Say how many of the lines below hold "projected", writing the number and nothing more.

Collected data

[Start of section]

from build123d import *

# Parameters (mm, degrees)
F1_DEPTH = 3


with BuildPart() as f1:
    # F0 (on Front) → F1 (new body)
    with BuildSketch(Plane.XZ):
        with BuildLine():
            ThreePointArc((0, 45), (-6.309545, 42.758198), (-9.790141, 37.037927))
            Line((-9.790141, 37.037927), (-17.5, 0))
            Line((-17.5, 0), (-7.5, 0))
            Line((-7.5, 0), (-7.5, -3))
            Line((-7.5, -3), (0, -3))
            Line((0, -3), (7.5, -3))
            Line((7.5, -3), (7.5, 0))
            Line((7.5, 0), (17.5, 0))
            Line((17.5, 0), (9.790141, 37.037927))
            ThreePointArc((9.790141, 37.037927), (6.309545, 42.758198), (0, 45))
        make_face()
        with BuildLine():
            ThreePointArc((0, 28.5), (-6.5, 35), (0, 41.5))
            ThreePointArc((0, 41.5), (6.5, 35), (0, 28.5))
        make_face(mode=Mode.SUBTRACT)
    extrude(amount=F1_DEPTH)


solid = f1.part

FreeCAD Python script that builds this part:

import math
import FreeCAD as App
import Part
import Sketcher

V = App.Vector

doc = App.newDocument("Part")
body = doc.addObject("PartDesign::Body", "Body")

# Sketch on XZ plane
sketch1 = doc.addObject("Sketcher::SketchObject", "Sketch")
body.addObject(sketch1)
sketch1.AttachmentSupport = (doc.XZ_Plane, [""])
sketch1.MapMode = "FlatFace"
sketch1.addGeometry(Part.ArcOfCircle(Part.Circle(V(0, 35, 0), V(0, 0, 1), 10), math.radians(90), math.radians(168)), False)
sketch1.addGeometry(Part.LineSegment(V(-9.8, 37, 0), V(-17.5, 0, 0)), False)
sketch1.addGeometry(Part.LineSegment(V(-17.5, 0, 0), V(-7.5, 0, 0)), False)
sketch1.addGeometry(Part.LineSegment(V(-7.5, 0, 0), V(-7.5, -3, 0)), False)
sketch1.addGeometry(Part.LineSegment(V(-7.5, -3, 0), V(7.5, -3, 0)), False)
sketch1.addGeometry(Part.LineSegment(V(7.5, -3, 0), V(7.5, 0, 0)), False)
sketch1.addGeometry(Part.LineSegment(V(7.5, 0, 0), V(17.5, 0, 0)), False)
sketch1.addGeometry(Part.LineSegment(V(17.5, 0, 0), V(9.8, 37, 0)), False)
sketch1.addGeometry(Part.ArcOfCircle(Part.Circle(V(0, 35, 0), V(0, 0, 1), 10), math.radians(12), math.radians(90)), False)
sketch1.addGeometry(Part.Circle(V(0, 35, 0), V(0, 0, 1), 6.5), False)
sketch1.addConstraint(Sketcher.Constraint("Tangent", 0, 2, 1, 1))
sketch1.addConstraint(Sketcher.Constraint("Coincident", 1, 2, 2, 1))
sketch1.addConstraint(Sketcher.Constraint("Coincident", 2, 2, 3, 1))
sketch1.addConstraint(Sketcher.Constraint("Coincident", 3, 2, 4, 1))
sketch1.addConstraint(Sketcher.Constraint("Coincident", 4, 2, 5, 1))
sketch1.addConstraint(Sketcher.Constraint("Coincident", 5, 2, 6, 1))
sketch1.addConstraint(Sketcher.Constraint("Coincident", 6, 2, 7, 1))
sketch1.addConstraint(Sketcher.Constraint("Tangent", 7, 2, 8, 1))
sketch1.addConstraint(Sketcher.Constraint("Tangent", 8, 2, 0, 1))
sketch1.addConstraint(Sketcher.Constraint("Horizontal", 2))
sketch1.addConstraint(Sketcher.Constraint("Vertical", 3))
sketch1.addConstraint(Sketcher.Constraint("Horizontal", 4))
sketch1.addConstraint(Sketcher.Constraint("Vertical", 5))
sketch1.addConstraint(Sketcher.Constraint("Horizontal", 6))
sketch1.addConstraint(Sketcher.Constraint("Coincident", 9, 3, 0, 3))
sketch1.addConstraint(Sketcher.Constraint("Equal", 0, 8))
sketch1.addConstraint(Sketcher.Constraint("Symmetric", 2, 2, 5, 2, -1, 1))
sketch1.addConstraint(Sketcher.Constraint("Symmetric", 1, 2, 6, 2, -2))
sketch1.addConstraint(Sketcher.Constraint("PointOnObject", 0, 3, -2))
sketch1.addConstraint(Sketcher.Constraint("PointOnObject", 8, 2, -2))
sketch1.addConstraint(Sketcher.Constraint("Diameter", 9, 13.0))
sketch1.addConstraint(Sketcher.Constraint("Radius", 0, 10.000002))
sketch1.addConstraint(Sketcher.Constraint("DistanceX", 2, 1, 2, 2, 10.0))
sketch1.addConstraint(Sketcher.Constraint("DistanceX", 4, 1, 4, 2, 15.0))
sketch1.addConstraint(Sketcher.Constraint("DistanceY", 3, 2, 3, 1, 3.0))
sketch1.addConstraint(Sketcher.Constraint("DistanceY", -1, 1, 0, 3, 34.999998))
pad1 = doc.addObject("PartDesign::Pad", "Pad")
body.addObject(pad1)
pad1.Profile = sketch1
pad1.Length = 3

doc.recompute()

[End of section]
[Start of section]

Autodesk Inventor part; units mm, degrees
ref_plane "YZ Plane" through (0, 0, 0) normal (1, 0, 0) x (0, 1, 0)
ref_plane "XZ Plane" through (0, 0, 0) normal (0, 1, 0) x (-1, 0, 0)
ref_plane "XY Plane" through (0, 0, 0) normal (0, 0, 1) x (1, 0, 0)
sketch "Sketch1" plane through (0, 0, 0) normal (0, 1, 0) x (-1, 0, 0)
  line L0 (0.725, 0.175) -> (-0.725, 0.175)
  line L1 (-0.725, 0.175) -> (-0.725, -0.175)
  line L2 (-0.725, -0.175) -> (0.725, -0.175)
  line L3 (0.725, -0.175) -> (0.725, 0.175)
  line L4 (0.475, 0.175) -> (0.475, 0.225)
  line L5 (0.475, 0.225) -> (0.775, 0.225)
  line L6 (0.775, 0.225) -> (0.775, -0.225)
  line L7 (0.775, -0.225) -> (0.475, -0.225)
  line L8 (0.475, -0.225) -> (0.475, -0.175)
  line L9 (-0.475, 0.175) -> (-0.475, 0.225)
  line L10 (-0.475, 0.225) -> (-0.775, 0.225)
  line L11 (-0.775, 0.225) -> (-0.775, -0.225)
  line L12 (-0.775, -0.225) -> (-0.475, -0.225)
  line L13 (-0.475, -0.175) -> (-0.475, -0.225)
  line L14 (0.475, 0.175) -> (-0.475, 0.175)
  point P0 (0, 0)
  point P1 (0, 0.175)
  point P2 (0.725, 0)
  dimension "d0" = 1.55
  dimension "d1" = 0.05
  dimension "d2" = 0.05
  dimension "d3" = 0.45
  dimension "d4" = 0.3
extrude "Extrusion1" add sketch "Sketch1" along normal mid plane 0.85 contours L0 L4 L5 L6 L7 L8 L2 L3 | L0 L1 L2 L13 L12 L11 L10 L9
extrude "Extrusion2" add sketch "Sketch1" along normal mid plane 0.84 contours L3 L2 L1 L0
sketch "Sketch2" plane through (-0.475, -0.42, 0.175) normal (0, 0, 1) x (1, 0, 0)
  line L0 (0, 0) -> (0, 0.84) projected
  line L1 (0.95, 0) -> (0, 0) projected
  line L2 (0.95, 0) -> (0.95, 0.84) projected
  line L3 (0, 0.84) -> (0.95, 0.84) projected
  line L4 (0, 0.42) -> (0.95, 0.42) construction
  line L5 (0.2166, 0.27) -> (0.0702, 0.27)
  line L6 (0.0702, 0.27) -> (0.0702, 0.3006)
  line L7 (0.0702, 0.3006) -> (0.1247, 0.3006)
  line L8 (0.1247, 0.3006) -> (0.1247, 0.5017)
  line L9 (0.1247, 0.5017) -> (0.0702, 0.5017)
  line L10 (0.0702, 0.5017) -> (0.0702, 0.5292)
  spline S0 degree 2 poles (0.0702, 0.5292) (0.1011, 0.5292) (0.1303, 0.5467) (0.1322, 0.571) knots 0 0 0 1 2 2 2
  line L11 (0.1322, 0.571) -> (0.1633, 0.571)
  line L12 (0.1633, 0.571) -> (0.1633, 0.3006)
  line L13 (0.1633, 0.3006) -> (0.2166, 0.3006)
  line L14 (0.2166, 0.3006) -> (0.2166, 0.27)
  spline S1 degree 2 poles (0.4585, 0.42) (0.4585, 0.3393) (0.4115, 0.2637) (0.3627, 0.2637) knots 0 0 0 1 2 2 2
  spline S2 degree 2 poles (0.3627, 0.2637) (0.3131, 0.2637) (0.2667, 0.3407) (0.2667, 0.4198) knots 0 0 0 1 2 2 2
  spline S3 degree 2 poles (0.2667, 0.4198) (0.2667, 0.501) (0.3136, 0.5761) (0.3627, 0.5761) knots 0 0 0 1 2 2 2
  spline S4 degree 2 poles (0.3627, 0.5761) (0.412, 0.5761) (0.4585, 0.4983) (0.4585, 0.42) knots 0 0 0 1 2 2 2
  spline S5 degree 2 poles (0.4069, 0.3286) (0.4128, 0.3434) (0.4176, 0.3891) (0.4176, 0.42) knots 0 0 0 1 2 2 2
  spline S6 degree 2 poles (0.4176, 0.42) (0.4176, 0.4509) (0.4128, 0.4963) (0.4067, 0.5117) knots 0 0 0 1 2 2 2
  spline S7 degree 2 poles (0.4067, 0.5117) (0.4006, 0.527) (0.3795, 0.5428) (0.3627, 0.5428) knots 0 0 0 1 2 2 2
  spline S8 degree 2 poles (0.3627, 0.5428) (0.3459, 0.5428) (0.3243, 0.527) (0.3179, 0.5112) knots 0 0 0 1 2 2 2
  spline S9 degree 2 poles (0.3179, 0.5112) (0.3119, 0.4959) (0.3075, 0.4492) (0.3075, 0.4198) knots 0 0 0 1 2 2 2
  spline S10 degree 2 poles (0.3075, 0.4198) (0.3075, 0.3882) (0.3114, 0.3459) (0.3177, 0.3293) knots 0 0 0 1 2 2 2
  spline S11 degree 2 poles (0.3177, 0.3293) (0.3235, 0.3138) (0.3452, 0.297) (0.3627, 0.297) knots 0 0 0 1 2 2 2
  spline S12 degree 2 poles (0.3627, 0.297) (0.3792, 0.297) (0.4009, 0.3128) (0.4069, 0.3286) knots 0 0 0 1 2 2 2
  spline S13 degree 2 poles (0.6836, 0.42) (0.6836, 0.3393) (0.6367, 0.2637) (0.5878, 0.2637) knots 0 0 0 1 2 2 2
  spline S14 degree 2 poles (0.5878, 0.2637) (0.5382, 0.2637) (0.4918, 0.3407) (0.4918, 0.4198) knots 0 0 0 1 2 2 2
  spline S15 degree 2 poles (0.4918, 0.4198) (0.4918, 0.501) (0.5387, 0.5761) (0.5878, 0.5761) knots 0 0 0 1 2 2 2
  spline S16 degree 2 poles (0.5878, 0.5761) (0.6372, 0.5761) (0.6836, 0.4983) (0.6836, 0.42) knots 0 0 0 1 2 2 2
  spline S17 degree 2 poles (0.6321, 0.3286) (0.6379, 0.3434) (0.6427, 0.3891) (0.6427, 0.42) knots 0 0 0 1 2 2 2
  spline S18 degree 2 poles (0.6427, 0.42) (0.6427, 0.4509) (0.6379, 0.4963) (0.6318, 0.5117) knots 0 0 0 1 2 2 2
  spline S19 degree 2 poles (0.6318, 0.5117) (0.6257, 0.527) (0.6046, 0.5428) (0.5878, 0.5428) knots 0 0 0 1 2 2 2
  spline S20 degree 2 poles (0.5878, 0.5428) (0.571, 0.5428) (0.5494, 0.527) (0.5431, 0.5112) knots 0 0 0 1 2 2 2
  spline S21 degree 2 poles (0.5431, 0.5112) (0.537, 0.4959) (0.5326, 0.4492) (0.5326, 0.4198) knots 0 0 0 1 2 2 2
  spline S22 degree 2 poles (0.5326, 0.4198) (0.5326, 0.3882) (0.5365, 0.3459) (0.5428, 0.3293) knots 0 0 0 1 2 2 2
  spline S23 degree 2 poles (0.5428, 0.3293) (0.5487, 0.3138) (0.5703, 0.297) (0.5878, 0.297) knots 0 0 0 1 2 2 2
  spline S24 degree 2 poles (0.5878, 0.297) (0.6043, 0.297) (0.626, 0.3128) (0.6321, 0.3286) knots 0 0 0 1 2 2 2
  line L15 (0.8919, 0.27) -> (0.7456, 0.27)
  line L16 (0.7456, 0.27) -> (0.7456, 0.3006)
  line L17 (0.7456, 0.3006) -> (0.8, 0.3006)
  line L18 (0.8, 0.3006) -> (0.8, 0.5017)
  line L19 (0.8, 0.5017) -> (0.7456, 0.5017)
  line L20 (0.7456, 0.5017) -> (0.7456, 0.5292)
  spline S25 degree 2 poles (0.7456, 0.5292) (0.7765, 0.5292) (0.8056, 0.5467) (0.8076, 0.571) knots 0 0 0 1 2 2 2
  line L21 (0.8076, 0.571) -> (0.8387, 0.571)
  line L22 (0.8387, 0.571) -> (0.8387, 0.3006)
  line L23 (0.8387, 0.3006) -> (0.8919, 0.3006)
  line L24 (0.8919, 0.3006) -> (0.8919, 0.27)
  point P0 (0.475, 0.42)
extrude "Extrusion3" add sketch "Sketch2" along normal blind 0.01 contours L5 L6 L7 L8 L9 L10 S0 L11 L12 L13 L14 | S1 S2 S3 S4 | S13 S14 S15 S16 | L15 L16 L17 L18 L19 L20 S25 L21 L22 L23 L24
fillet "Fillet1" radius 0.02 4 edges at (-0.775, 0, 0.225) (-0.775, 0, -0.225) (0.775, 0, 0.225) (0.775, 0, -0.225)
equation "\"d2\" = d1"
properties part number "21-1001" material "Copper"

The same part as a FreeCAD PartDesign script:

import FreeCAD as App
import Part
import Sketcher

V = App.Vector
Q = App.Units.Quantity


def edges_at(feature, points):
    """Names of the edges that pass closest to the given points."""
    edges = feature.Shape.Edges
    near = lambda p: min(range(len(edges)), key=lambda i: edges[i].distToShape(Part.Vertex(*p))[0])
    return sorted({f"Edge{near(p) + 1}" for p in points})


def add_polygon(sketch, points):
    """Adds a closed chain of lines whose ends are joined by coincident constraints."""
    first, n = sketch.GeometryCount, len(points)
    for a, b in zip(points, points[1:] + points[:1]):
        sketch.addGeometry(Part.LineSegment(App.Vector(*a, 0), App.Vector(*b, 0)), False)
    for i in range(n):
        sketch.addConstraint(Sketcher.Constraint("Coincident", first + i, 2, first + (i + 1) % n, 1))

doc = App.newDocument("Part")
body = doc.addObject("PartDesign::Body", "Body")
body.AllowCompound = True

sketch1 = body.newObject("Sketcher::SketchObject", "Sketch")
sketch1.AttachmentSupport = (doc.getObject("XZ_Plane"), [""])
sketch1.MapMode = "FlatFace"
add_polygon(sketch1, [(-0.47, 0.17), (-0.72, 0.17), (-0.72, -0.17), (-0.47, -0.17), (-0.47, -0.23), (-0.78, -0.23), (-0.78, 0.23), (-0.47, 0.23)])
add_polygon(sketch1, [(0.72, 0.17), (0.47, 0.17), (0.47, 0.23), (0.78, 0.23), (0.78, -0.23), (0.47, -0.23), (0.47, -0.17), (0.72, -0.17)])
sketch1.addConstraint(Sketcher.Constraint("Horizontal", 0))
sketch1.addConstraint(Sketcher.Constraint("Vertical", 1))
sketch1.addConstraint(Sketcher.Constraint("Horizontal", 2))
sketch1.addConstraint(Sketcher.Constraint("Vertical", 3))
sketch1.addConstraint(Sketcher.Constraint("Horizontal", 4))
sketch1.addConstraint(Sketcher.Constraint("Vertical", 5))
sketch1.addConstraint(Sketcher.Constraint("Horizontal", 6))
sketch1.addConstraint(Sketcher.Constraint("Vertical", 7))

[End of section]
[Start of section]

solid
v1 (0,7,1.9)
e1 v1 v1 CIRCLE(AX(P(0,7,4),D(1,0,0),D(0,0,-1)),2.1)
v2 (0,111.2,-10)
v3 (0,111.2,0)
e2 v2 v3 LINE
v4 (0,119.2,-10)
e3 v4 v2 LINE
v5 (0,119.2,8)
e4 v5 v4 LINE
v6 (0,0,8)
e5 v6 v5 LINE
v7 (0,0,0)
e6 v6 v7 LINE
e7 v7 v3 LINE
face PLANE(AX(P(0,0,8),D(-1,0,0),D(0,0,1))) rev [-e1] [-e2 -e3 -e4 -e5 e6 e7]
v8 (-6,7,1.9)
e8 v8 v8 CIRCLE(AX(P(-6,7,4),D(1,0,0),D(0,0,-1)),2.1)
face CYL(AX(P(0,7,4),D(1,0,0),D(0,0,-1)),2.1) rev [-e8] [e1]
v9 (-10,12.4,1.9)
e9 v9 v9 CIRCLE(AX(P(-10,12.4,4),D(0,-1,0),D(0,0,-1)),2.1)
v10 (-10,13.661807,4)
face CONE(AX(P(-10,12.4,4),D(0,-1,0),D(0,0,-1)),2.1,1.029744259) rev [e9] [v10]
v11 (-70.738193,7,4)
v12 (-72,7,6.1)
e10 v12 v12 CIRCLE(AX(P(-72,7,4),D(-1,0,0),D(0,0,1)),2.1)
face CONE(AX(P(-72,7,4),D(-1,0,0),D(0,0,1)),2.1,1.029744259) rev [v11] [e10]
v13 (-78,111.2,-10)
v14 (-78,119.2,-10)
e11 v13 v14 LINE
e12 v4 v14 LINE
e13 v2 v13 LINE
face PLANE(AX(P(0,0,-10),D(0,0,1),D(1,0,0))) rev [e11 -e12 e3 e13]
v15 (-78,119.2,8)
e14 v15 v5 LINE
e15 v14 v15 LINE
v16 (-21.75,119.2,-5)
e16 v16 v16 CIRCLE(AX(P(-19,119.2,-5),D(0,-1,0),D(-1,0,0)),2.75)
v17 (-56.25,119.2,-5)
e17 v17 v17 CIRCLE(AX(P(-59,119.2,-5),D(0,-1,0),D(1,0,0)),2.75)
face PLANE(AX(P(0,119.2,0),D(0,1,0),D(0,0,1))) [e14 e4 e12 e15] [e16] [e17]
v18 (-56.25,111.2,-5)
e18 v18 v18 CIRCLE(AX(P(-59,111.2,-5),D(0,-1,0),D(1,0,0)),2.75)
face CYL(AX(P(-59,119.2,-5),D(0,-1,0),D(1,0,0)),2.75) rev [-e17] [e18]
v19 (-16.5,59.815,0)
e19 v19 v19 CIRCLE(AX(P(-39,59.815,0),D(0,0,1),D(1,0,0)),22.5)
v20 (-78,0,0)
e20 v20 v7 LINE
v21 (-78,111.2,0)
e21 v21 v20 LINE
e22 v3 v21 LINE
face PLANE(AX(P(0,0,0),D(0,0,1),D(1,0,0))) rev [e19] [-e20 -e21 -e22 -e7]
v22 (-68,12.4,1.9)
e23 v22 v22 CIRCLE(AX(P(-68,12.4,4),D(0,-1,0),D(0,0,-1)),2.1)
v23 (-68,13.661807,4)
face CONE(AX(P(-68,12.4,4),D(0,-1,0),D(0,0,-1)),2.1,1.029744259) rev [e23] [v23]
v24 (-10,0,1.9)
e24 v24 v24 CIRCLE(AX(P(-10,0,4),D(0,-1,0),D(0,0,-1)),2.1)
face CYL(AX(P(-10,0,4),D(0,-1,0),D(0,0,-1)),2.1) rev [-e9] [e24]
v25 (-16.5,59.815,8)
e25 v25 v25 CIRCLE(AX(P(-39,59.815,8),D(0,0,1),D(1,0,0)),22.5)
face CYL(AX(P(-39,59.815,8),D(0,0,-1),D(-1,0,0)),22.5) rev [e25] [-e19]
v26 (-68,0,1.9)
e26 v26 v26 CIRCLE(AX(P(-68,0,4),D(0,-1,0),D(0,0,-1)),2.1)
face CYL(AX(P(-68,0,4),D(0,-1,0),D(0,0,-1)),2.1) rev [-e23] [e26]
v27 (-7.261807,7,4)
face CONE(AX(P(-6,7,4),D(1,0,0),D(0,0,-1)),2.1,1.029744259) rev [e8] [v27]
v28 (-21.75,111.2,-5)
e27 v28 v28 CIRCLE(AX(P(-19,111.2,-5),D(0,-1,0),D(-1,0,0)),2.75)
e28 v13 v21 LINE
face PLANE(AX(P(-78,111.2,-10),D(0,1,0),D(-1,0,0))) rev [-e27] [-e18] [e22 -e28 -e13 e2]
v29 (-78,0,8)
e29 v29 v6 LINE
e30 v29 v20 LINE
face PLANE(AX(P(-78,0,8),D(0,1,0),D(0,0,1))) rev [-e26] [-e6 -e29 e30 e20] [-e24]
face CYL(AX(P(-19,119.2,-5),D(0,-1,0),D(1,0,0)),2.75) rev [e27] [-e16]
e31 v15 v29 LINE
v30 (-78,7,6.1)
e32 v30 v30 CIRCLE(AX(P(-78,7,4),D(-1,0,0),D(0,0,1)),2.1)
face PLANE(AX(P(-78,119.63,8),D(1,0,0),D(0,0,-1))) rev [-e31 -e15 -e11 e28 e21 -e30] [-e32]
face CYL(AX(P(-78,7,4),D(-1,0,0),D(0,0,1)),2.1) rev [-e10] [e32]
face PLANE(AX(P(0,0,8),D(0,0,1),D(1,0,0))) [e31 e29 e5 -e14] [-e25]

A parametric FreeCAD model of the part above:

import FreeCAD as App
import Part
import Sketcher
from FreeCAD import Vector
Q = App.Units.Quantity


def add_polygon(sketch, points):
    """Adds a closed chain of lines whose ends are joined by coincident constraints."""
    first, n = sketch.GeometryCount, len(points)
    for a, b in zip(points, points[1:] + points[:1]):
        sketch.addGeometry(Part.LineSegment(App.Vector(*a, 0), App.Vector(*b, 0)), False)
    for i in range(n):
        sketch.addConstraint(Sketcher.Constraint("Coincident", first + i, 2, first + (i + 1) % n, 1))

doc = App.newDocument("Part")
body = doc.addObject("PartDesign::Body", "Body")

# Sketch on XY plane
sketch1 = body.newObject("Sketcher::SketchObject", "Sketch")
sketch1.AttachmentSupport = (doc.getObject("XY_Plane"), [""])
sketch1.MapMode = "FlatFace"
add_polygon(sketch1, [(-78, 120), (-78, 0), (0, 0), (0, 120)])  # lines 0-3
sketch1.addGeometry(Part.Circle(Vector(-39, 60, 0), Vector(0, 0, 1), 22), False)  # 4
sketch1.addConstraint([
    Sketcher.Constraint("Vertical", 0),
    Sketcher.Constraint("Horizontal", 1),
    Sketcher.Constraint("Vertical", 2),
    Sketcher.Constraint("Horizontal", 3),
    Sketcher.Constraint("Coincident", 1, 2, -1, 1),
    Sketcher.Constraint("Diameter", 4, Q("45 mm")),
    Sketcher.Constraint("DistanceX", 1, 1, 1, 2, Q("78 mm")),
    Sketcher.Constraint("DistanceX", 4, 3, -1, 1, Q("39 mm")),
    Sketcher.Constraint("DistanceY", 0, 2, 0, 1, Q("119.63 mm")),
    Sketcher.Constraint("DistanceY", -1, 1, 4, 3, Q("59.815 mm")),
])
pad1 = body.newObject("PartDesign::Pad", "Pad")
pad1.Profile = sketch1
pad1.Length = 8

[End of section]

=== EXERCISE SOLUTION ===
4